EXERCISE PROMPT — Only the lines from the first line of the records through the line containing "#46=CARTESIAN_POINT('',(-8.844485,0.,7.423504));" belong in the answer. Copy them exactly.

DATA FOR ANALYSIS —
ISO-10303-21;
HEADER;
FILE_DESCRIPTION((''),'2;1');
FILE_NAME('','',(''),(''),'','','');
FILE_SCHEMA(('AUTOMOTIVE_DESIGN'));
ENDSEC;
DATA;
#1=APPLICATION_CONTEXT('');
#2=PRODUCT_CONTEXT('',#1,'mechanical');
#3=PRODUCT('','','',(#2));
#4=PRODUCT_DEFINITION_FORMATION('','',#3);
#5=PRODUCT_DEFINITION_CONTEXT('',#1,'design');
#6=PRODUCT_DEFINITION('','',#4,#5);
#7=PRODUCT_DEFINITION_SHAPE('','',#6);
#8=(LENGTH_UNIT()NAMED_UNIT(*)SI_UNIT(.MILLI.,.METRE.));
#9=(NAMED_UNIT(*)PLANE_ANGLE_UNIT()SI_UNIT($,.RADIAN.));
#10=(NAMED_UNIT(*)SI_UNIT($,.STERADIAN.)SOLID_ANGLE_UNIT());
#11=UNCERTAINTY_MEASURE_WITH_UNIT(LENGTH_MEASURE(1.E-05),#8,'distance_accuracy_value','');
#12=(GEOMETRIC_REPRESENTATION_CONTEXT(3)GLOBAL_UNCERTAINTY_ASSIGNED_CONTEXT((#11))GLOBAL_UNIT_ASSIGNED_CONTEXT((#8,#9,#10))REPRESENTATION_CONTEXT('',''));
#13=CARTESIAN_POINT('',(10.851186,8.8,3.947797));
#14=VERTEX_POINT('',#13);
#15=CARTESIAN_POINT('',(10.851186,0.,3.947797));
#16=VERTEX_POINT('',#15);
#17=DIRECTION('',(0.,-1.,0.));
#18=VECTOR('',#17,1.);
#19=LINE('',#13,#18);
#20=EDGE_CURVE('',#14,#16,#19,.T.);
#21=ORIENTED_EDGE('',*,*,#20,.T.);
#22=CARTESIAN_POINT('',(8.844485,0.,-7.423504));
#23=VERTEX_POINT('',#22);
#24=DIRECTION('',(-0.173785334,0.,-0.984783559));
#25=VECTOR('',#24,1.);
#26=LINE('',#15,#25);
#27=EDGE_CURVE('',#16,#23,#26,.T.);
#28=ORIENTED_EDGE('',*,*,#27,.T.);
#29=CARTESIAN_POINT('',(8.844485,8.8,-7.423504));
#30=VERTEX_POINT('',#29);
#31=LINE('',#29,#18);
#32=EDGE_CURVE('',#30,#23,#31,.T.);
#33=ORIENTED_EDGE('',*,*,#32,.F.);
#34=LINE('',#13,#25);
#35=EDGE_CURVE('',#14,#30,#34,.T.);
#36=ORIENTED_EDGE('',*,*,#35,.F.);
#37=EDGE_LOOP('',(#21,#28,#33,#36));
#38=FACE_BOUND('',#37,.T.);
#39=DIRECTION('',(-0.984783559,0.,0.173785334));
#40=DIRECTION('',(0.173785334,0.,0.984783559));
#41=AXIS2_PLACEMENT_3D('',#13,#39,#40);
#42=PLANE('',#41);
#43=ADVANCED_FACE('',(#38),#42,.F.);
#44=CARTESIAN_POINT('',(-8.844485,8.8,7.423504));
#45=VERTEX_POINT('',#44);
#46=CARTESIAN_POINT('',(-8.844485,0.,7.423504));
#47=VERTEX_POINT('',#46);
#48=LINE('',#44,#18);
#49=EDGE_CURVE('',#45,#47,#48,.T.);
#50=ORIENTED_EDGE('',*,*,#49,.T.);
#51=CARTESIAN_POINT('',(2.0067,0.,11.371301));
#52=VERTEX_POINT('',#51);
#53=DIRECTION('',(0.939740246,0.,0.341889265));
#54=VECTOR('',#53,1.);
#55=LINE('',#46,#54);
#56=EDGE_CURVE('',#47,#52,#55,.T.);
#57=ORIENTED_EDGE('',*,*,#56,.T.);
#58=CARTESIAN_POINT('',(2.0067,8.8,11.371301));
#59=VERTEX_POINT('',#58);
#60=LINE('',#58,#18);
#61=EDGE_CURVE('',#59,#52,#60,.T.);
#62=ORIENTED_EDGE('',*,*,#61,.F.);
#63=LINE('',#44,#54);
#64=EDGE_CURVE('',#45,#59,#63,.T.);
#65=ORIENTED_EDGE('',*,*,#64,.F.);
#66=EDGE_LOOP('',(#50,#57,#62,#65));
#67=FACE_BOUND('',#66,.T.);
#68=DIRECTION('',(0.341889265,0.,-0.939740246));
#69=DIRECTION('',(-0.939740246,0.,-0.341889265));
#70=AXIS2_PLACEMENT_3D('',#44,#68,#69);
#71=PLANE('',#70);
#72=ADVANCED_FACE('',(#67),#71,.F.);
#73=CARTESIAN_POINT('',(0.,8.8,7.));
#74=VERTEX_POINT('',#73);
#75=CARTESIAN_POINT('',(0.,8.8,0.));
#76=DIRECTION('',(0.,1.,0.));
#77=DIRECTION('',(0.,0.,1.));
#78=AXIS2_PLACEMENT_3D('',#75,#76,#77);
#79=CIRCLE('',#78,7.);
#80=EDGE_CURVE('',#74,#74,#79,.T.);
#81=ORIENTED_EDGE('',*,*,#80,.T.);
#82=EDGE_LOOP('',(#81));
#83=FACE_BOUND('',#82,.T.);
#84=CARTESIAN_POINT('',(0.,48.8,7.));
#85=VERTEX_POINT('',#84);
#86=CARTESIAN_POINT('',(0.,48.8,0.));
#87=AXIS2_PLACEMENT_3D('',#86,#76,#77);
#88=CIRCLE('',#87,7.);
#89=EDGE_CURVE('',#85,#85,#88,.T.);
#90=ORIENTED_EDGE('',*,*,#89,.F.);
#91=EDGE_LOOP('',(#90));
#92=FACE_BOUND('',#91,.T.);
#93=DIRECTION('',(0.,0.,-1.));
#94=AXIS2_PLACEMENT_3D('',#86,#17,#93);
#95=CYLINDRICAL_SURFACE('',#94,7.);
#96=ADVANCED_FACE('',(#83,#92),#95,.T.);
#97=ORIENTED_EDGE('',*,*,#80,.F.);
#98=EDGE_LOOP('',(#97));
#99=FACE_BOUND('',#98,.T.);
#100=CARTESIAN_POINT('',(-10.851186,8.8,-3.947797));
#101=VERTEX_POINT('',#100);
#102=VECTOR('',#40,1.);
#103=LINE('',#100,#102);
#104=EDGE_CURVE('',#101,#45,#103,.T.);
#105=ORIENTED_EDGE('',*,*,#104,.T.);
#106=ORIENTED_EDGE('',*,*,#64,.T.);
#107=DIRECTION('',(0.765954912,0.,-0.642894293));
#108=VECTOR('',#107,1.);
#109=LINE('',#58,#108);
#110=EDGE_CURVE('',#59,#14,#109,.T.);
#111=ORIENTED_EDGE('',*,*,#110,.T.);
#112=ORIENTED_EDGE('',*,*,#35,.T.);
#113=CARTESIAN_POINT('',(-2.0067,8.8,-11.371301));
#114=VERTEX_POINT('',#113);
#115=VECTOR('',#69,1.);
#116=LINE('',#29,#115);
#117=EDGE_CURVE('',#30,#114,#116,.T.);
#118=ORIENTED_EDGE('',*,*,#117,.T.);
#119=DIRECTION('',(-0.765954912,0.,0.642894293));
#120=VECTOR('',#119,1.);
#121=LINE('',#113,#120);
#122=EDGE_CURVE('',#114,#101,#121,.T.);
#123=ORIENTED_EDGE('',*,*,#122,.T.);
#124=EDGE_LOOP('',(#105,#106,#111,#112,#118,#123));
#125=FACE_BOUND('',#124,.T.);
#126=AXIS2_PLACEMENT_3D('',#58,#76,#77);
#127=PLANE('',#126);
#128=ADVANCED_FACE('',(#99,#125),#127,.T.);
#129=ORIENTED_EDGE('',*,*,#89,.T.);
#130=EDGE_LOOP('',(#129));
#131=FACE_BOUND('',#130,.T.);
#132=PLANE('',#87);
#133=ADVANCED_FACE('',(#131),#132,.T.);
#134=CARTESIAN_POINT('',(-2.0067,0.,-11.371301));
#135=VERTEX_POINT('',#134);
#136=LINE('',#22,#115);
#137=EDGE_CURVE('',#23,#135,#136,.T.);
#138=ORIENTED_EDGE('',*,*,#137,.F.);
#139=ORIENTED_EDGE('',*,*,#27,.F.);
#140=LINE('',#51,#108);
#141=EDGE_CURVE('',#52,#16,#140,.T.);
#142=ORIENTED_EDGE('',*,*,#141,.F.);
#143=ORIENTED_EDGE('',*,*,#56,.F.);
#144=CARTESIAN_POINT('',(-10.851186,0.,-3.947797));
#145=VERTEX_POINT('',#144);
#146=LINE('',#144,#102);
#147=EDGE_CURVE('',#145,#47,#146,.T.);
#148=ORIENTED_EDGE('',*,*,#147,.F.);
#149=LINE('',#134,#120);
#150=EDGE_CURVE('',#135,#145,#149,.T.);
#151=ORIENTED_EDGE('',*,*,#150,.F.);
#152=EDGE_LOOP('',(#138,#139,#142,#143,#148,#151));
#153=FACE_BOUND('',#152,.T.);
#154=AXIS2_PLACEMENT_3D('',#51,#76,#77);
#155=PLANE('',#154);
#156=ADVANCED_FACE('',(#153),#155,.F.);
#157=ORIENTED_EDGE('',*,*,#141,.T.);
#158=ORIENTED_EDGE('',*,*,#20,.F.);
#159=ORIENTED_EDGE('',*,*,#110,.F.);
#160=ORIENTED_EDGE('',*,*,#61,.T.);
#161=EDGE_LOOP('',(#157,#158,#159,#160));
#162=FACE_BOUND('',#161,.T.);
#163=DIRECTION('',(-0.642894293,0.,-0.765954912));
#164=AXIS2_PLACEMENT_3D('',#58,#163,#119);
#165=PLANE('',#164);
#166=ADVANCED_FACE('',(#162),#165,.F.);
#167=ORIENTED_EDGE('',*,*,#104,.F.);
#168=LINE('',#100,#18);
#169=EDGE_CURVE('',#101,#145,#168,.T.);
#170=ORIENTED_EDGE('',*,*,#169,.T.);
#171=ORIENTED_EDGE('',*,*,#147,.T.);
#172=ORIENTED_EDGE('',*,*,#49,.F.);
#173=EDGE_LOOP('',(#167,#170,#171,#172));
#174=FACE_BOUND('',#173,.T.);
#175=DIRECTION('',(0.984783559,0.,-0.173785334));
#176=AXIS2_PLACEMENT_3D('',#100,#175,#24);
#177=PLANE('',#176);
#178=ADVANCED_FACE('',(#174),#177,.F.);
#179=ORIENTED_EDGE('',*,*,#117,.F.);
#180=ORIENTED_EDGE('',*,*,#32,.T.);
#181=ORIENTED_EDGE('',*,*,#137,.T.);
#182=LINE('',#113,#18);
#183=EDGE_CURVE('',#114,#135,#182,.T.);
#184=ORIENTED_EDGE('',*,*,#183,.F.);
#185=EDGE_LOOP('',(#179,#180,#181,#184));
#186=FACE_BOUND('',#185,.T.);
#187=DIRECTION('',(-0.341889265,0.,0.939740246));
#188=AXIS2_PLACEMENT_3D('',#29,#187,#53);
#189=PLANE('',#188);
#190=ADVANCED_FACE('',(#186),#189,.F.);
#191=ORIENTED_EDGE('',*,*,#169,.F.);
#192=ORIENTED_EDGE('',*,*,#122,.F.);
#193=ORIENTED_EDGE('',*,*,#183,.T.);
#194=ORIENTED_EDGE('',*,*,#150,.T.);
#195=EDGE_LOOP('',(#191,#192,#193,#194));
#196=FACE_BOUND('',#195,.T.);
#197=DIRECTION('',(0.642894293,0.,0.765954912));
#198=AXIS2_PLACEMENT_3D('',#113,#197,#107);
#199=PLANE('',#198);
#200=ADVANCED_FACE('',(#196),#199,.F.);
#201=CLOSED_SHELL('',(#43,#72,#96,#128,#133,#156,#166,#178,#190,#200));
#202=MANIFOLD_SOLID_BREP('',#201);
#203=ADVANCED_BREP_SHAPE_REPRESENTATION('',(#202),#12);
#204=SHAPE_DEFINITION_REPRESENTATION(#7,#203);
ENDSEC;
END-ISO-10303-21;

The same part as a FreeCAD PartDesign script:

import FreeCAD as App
import Part
import Sketcher
from FreeCAD import Vector
Q = App.Units.Quantity

doc = App.newDocument("Part")
body = doc.addObject("PartDesign::Body", "Body")

sketch1 = doc.addObject("Sketcher::SketchObject", "Sketch")
body.addObject(sketch1)
sketch1.AttachmentSupport = (doc.XZ_Plane, [""])
sketch1.MapMode = "FlatFace"
sketch1.addGeometry(Part.LineSegment(Vector(2, 11, 0), Vector(11, 4, 0)), False)
sketch1.addGeometry(Part.LineSegment(Vector(11, 4, 0), Vector(9, -7, 0)), False)
sketch1.addGeometry(Part.LineSegment(Vector(9, -7, 0), Vector(-2, -11, 0)), False)
sketch1.addGeometry(Part.LineSegment(Vector(-2, -11, 0), Vector(-11, -4, 0)), False)
sketch1.addGeometry(Part.LineSegment(Vector(-11, -4, 0), Vector(-9, 7, 0)), False)
sketch1.addGeometry(Part.LineSegment(Vector(-9, 7, 0), Vector(2, 11, 0)), False)
sketch1.addConstraint(Sketcher.Constraint("Coincident", 0, 2, 1, 1))
sketch1.addConstraint(Sketcher.Constraint("Coincident", 1, 2, 2, 1))
sketch1.addConstraint(Sketcher.Constraint("Coincident", 2, 2, 3, 1))
sketch1.addConstraint(Sketcher.Constraint("Coincident", 3, 2, 4, 1))
sketch1.addConstraint(Sketcher.Constraint("Coincident", 4, 2, 5, 1))
sketch1.addConstraint(Sketcher.Constraint("Coincident", 5, 2, 0, 1))
sketch1.addConstraint(Sketcher.Constraint("Symmetric", 0, 2, 3, 2, -1, 1))
sketch1.addConstraint(Sketcher.Constraint("Symmetric", 1, 2, 4, 2, -1, 1))
sketch1.addConstraint(Sketcher.Constraint("Symmetric", 2, 2, 5, 2, -1, 1))
sketch1.addConstraint(Sketcher.Constraint("Equal", 0, 1))
sketch1.addConstraint(Sketcher.Constraint("Equal", 1, 2))
sketch1.addConstraint(Sketcher.Constraint("DistanceX", 2, 2, -1, 1, Q("2.0067 mm")))
sketch1.addConstraint(Sketcher.Constraint("DistanceY", 2, 2, -1, 1, Q("11.371301 mm")))
sketch1.addConstraint(Sketcher.Constraint("DistanceX", 1, 2, 0, 2, Q("2.0067 mm")))
sketch1.addConstraint(Sketcher.Constraint("DistanceY", 1, 2, 0, 2, Q("11.371301 mm")))
pad1 = doc.addObject("PartDesign::Pad", "Pad")
body.addObject(pad1)
pad1.Profile = sketch1
pad1.Length = 8.8
pad1.Reversed = True

sketch2 = doc.addObject("Sketcher::SketchObject", "Sketch001")
body.addObject(sketch2)
sketch2.AttachmentSupport = (doc.XZ_Plane, [""])
sketch2.MapMode = "FlatFace"
sketch2.AttachmentOffset = App.Placement(Vector(0, 0, -8.8), App.Rotation())
sketch2.addGeometry(Part.Circle(Vector(0, 0, 0), Vector(0, 0, 1), 7), False)
sketch2.addConstraint(Sketcher.Constraint("Coincident", 0, 3, -1, 1))
sketch2.addConstraint(Sketcher.Constraint("Diameter", 0, Q("14 mm")))
pad2 = doc.addObject("PartDesign::Pad", "Pad001")
body.addObject(pad2)
pad2.Profile = sketch2
pad2.Length = 40
pad2.Reversed = True

doc.recompute()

RESPONSE TO THE TASK —
ISO-10303-21;
HEADER;
FILE_DESCRIPTION((''),'2;1');
FILE_NAME('','',(''),(''),'','','');
FILE_SCHEMA(('AUTOMOTIVE_DESIGN'));
ENDSEC;
DATA;
#1=APPLICATION_CONTEXT('');
#2=PRODUCT_CONTEXT('',#1,'mechanical');
#3=PRODUCT('','','',(#2));
#4=PRODUCT_DEFINITION_FORMATION('','',#3);
#5=PRODUCT_DEFINITION_CONTEXT('',#1,'design');
#6=PRODUCT_DEFINITION('','',#4,#5);
#7=PRODUCT_DEFINITION_SHAPE('','',#6);
#8=(LENGTH_UNIT()NAMED_UNIT(*)SI_UNIT(.MILLI.,.METRE.));
#9=(NAMED_UNIT(*)PLANE_ANGLE_UNIT()SI_UNIT($,.RADIAN.));
#10=(NAMED_UNIT(*)SI_UNIT($,.STERADIAN.)SOLID_ANGLE_UNIT());
#11=UNCERTAINTY_MEASURE_WITH_UNIT(LENGTH_MEASURE(1.E-05),#8,'distance_accuracy_value','');
#12=(GEOMETRIC_REPRESENTATION_CONTEXT(3)GLOBAL_UNCERTAINTY_ASSIGNED_CONTEXT((#11))GLOBAL_UNIT_ASSIGNED_CONTEXT((#8,#9,#10))REPRESENTATION_CONTEXT('',''));
#13=CARTESIAN_POINT('',(10.851186,8.8,3.947797));
#14=VERTEX_POINT('',#13);
#15=CARTESIAN_POINT('',(10.851186,0.,3.947797));
#16=VERTEX_POINT('',#15);
#17=DIRECTION('',(0.,-1.,0.));
#18=VECTOR('',#17,1.);
#19=LINE('',#13,#18);
#20=EDGE_CURVE('',#14,#16,#19,.T.);
#21=ORIENTED_EDGE('',*,*,#20,.T.);
#22=CARTESIAN_POINT('',(8.844485,0.,-7.423504));
#23=VERTEX_POINT('',#22);
#24=DIRECTION('',(-0.173785334,0.,-0.984783559));
#25=VECTOR('',#24,1.);
#26=LINE('',#15,#25);
#27=EDGE_CURVE('',#16,#23,#26,.T.);
#28=ORIENTED_EDGE('',*,*,#27,.T.);
#29=CARTESIAN_POINT('',(8.844485,8.8,-7.423504));
#30=VERTEX_POINT('',#29);
#31=LINE('',#29,#18);
#32=EDGE_CURVE('',#30,#23,#31,.T.);
#33=ORIENTED_EDGE('',*,*,#32,.F.);
#34=LINE('',#13,#25);
#35=EDGE_CURVE('',#14,#30,#34,.T.);
#36=ORIENTED_EDGE('',*,*,#35,.F.);
#37=EDGE_LOOP('',(#21,#28,#33,#36));
#38=FACE_BOUND('',#37,.T.);
#39=DIRECTION('',(-0.984783559,0.,0.173785334));
#40=DIRECTION('',(0.173785334,0.,0.984783559));
#41=AXIS2_PLACEMENT_3D('',#13,#39,#40);
#42=PLANE('',#41);
#43=ADVANCED_FACE('',(#38),#42,.F.);
#44=CARTESIAN_POINT('',(-8.844485,8.8,7.423504));
#45=VERTEX_POINT('',#44);
#46=CARTESIAN_POINT('',(-8.844485,0.,7.423504));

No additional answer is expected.